In a weightless setting, manoeuvring can be difficult for both trained astronauts and autonomous robots, posing a particular challenge for the latter when it comes to their utilisation in locations such as space stations. Nonetheless, researchers from Stanford have now employed artificial intelligence to guide an independent robot within the International Space Station (ISS), potentially opening doors for more self-sufficient space missions in the days ahead.
Collaborating with NASA’s cube-shaped Astrobee robot, the Stanford team showcased how a machine-learning system can efficiently chart safe pathways through the ISS’s congested modules much quicker than existing techniques. These advancements tackle a persistent issue in space robotics: how to navigate swiftly and securely with limited computational capabilities and minimal human intervention in one of the most demanding engineering environments imaginable.

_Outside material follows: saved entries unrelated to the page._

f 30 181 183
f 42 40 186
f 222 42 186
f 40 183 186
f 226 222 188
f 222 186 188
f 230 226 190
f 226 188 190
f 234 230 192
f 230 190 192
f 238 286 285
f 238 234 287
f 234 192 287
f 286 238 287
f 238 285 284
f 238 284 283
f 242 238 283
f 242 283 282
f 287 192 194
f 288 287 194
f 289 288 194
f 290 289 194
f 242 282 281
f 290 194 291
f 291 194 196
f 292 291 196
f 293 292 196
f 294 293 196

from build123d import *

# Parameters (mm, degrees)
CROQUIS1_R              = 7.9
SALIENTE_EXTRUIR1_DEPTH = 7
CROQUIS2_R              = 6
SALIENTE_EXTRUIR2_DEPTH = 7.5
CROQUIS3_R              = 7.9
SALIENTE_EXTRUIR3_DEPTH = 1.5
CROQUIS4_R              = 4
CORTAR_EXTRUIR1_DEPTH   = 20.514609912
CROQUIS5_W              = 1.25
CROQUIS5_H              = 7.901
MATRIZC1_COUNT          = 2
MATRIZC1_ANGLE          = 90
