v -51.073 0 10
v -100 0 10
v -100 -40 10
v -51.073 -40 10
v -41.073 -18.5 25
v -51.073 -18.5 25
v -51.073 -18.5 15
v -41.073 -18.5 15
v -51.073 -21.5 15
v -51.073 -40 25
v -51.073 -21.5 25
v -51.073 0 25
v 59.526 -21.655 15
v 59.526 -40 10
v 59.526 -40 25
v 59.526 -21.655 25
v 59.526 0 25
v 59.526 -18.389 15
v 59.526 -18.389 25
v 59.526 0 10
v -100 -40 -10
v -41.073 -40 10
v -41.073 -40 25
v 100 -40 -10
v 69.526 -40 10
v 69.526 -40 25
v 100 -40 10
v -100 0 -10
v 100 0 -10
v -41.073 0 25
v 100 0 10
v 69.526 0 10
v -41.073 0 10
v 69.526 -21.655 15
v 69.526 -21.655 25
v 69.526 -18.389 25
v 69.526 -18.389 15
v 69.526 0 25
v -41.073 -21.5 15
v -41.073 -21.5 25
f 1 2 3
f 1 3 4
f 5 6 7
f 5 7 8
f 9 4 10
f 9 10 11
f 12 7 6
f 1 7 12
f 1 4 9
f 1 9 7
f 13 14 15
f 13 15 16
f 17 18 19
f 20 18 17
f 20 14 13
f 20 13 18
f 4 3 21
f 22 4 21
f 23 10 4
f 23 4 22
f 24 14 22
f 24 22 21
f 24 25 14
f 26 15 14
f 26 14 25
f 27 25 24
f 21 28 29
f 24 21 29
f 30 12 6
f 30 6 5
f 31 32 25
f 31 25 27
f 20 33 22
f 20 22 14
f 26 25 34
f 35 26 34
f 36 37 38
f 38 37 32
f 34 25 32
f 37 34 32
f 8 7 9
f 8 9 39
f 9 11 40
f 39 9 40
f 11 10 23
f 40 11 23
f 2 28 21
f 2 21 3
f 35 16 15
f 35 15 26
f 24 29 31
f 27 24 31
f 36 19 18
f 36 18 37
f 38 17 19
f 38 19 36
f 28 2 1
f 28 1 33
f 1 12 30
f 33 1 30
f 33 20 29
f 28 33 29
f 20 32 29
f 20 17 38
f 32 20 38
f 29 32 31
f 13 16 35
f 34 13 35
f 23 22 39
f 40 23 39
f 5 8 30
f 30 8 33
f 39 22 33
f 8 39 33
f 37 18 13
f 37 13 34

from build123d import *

# Parameters (mm, degrees)
F0_W     = 200
F0_H     = 20
F1_DEPTH = 40
F2_W     = 10
F2_H     = 40
F3_DEPTH = 10
F4_DEPTH = 15
F5_W     = 10
F5_H     = 3
F6_DEPTH = 10
F7_W     = 10
F7_H     = 3.26613
F8_DEPTH = 10


with BuildPart() as f1:
    # F0 (on Front) → F1 (new body)
    with BuildSketch(Plane.XZ):
        Rectangle(F0_W, F0_H)
    extrude(amount=F1_DEPTH)

    # F2 (on face) → F3 (join)
    with BuildSketch(Plane.XY.offset(10)):
        with Locations((64.525982, -20)):
            Rectangle(F2_W, F2_H)
    extrude(amount=F3_DEPTH)

    # F2 (on face) → F4 (join)
    with BuildSketch(Plane.XY.offset(10)):
        with Locations((64.525982, -20)):
            Rectangle(F2_W, F2_H)
        with Locations((-46.073499, -20)):
            Rectangle(F2_W, F2_H)
    extrude(amount=F4_DEPTH)

    # F5 (on face) → F6 (cut)
    with BuildSketch(Plane.XY.offset(25)):
        with Locations((-46.073499, -20)):
            Rectangle(F5_W, F5_H)
    extrude(amount=-F6_DEPTH, mode=Mode.SUBTRACT)

    # F7 (on face) → F8 (cut)
    with BuildSketch(Plane.XY.offset(25)):
        with Locations((64.525982, -20.022178)):
            Rectangle(F7_W, F7_H)
    extrude(amount=-F8_DEPTH, mode=Mode.SUBTRACT)


solid = f1.part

Somrita Banerjee, the lead researcher and a Stanford Ph.D. candidate, highlighted the intricacies of motion planning within the station’s intricate layout of equipment and experiments. She explained that traditional algorithms designed for Earth-based robots often struggle when executed on the outdated, radiation-resistant computers approved for space travel.

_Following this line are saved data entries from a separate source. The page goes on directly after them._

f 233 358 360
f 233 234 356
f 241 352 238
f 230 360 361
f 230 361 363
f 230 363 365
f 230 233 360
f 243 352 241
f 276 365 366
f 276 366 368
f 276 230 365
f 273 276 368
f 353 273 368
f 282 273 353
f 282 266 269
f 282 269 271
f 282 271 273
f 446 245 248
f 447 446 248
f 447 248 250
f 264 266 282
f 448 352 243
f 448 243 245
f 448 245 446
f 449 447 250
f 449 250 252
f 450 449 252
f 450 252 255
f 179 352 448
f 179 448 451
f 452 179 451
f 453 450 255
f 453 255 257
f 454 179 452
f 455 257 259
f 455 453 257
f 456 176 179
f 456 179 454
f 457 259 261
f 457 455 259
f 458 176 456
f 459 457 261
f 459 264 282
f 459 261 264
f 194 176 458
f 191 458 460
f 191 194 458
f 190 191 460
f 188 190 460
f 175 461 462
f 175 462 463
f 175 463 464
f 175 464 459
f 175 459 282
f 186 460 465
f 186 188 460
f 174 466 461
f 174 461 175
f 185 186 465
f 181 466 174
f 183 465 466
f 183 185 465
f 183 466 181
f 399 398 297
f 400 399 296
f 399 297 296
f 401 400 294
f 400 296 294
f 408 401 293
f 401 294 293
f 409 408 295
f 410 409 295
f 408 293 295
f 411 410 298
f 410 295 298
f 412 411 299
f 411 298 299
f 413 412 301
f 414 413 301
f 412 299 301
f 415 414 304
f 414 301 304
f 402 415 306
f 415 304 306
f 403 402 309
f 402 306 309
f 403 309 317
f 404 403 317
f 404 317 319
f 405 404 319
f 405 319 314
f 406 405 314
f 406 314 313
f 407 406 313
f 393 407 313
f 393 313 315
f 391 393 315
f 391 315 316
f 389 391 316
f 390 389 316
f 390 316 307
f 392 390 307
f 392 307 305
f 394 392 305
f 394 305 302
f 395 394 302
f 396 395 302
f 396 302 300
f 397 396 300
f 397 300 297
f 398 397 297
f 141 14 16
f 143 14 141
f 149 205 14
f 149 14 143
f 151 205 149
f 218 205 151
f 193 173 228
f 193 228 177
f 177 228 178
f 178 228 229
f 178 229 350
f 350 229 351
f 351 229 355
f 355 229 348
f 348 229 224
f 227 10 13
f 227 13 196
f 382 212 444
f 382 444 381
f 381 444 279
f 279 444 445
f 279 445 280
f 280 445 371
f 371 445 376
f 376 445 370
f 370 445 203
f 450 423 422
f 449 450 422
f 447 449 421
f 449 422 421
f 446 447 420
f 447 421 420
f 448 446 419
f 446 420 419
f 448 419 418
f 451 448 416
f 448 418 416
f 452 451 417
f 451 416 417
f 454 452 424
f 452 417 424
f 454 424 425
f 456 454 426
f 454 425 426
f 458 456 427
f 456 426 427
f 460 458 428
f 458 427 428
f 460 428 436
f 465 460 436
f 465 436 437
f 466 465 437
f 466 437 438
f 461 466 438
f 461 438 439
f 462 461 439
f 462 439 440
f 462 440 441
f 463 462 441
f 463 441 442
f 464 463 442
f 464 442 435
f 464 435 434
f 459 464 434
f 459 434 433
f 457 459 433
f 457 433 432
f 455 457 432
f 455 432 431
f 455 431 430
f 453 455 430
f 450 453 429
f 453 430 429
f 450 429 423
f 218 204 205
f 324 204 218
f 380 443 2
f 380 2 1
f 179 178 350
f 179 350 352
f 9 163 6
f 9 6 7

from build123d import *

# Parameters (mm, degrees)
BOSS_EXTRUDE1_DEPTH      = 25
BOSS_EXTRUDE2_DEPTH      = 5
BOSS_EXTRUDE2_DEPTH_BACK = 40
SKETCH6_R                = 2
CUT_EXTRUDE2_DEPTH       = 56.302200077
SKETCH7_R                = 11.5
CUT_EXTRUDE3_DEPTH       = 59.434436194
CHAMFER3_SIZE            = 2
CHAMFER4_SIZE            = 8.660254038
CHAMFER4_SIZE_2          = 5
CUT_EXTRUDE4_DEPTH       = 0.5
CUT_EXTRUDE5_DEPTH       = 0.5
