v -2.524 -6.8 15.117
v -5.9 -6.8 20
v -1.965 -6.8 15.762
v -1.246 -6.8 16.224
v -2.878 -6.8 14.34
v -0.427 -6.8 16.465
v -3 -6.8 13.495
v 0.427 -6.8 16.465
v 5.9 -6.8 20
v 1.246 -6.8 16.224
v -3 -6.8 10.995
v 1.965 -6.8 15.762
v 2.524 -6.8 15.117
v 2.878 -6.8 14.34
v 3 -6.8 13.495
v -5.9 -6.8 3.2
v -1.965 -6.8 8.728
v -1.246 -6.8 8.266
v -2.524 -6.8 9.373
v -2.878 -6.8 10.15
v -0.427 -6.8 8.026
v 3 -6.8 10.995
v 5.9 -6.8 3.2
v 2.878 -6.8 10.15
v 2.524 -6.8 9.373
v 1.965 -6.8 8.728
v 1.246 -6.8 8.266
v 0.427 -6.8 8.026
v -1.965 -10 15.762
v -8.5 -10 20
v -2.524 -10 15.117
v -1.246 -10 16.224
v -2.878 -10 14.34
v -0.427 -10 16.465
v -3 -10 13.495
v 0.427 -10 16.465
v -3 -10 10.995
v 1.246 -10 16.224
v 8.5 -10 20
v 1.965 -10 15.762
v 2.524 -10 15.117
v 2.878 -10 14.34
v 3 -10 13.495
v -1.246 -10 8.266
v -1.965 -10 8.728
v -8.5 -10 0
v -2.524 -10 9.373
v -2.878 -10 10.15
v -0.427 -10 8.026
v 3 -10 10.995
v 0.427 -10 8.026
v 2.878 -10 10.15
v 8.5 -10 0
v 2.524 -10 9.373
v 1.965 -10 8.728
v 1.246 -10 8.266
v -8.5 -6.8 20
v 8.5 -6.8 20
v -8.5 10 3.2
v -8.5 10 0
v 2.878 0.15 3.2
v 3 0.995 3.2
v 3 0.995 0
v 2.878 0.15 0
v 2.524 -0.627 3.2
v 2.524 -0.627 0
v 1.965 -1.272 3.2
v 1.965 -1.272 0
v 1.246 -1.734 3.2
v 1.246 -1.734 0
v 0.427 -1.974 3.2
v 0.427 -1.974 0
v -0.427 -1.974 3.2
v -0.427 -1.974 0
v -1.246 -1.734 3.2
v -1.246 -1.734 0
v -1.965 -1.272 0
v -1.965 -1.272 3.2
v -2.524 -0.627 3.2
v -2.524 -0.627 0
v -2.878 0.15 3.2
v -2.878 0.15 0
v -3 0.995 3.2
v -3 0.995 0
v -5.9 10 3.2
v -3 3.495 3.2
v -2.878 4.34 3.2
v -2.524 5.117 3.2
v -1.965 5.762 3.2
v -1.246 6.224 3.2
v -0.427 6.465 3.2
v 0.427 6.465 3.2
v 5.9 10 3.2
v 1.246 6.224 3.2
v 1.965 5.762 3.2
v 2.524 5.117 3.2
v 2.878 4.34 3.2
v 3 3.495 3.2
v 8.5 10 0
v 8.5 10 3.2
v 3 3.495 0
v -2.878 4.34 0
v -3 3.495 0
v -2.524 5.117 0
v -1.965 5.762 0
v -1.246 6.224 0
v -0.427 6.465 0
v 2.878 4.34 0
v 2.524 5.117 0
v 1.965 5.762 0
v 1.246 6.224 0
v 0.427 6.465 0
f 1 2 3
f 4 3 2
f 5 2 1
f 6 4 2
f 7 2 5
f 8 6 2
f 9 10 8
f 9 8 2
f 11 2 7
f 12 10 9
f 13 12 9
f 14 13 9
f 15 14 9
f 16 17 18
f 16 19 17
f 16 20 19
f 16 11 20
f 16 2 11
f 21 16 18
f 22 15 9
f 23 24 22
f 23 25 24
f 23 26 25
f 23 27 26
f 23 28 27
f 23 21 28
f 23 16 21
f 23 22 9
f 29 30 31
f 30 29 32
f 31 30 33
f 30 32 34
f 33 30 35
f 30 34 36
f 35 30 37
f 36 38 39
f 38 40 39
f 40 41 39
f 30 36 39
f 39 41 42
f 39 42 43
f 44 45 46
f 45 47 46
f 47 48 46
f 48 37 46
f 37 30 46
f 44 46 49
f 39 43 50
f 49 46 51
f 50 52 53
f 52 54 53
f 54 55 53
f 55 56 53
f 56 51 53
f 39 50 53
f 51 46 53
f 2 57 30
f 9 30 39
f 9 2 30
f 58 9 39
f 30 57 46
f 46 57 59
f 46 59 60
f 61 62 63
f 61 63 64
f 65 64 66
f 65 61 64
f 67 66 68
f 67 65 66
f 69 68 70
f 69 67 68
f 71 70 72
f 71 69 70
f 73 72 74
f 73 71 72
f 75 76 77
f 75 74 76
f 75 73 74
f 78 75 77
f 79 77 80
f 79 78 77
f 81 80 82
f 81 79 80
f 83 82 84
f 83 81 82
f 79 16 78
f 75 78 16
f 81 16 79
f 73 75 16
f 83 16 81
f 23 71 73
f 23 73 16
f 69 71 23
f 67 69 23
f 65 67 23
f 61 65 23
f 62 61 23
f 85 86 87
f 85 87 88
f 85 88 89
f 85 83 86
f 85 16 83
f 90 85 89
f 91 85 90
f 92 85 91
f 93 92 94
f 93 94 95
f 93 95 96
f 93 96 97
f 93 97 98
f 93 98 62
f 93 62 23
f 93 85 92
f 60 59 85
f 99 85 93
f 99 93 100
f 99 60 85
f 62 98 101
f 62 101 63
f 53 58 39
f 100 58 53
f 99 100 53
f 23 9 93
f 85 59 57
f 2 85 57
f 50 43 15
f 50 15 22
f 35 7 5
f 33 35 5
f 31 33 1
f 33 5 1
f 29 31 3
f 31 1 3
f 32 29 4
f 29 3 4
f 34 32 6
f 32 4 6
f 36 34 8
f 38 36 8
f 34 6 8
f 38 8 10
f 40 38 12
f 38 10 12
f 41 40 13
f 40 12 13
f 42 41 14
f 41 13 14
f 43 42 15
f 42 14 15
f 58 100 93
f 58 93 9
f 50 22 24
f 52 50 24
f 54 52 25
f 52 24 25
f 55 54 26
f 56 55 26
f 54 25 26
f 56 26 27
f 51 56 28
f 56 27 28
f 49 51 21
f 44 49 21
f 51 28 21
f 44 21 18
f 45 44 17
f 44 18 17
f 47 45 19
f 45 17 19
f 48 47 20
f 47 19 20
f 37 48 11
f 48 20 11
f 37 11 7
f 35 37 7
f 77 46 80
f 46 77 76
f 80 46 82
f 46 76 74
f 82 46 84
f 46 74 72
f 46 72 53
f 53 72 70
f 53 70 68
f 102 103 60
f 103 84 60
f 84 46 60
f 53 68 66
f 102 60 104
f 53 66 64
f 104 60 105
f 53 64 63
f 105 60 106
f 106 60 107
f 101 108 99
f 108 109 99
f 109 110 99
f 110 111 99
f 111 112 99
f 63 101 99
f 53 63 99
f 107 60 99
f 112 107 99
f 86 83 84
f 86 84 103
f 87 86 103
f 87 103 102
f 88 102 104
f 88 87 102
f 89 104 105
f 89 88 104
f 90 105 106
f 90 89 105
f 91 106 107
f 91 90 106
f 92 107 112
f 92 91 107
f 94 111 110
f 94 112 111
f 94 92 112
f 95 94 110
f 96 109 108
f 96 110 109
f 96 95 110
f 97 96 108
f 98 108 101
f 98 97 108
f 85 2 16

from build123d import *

# Parameters (mm, degrees)
SKETCH_1_W          = 17
SKETCH_1_H          = 20
EXTRUDE_1_DEPTH     = 3.2
SKETCH_2_W          = 17
SKETCH_2_H          = 3.2
EXTRUDE_2_DEPTH     = 16.8
EXTRUDE_3_DEPTH     = 2.6
CUT_EXTRUDE_1_DEPTH = 22.318771072


with BuildPart() as part:
    # 草图1 → 凸台-拉伸1 (new body)
    with BuildSketch(Plane.XY):
        Rectangle(SKETCH_1_W, SKETCH_1_H)
    extrude(amount=EXTRUDE_1_DEPTH)

    # 草图2 → 凸台-拉伸2 (add)
    with BuildSketch(Plane.XY.offset(3.2)):
        with Locations((0, -8.4)):
            Rectangle(SKETCH_2_W, SKETCH_2_H)
    extrude(amount=EXTRUDE_2_DEPTH)

    # 草图3 → 凸台-拉伸3 (add)
    with BuildSketch(Plane.ZY.offset(8.5)):
        Polygon((3.2, 10), (20, -6.8), (3.2, -6.8), align=None)
    extrude_3 = extrude(amount=-EXTRUDE_3_DEPTH)

    # 镜向1: 凸台-拉伸3 across plane
    add(extrude_3.mirror(Plane(origin=(0, 0, 0), x_dir=(0, 0, 1), z_dir=(1, 0, 0))))

    # 草图4 → 切除-拉伸1 (cut, through all)
    with BuildSketch(Plane.XY.offset(3.2)):
        with BuildLine():
            Line((3, 3.495071076), (3, 0.995071076))
            ThreePointArc((3, 0.995071076), (0, -2.004928924), (-3, 0.995071076))
            Line((-3, 0.995071076), (-3, 3.495071076))
            ThreePointArc((-3, 3.495071076), (0, 6.495071076), (3, 3.495071076))
        make_face()
    cut_extrude_1 = extrude(amount=-CUT_EXTRUDE_1_DEPTH, mode=Mode.SUBTRACT)

    # 镜向2: 切除-拉伸1 across plane
    add(cut_extrude_1.mirror(Plane(origin=(0, -5, 5), x_dir=(0, 0.7071067811865479, 0.7071067811865472), z_dir=(0, -0.7071067811865474, 0.7071067811865478))), mode=Mode.SUBTRACT)


solid = part.part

To overcome these limitations, Banerjee and her team initially adopted a standard optimisation strategy, as detailed in a recent paper presented at the International Conference on Space Robotics. This method breaks down complex motion-planning dilemmas into smaller segments. They then trained an AI model using thousands of precomputed paths, enabling the system to initiate each new plan with an informed “warm start” rather than starting from scratch.
Banerjee elucidated on this approach by comparing it to planning a road trip based on existing routes taken by others instead of drawing a direct line on the map. She emphasised starting with knowledge gained from experience and refining plans accordingly.
By incorporating rigorous safety checks before operations while reducing actual computation time, routes devised with the AI’s warm start were discovered to be approximately 50% to 60% faster during tests on the station compared to conventional plans, according to the researchers.
“This marks a significant milestone as AI has been implemented for robot control aboard the ISS,” Banerjee remarked. “It demonstrates that robots can operate more efficiently without compromising safety, which is crucial for forthcoming missions where human guidance might not always be feasible.”
Prior to conducting tests in orbit, the system underwent validation at NASA’s Ames Research Center in Silicon Valley using a specialised setup resembling microgravity conditions on the ISS. During the orbital trial, astronauts facilitated initial setup procedures before allowing Astrobee to be remotely controlled from Earth in what NASA terms a “crew-minimal” experiment.
Throughout a four-hour session, mission controllers at NASA’s Johnson Space Center directed Astrobee through 18 trajectories, each repeated with and without utilising the AI-generated warm start. Additional precautions like virtual obstacles and emergency stop capabilities were employed to prevent collisions.
The team envisions that similar AI-driven planning could empower robots to handle inspections, logistics, and scientific endeavours on upcoming missions to celestial bodies such as Mars and beyond. This would enable astronauts to concentrate on more critical tasks as robots take on these responsibilities autonomously.
“As we explore farther realms from Earth and missions become more frequent and cost-effective, remotely controlling robots from ground stations may not always be feasible,” Banerjee emphasised. “Autonomy supported by reliable mechanisms is not just beneficial; it is imperative for the evolution of space robotics.”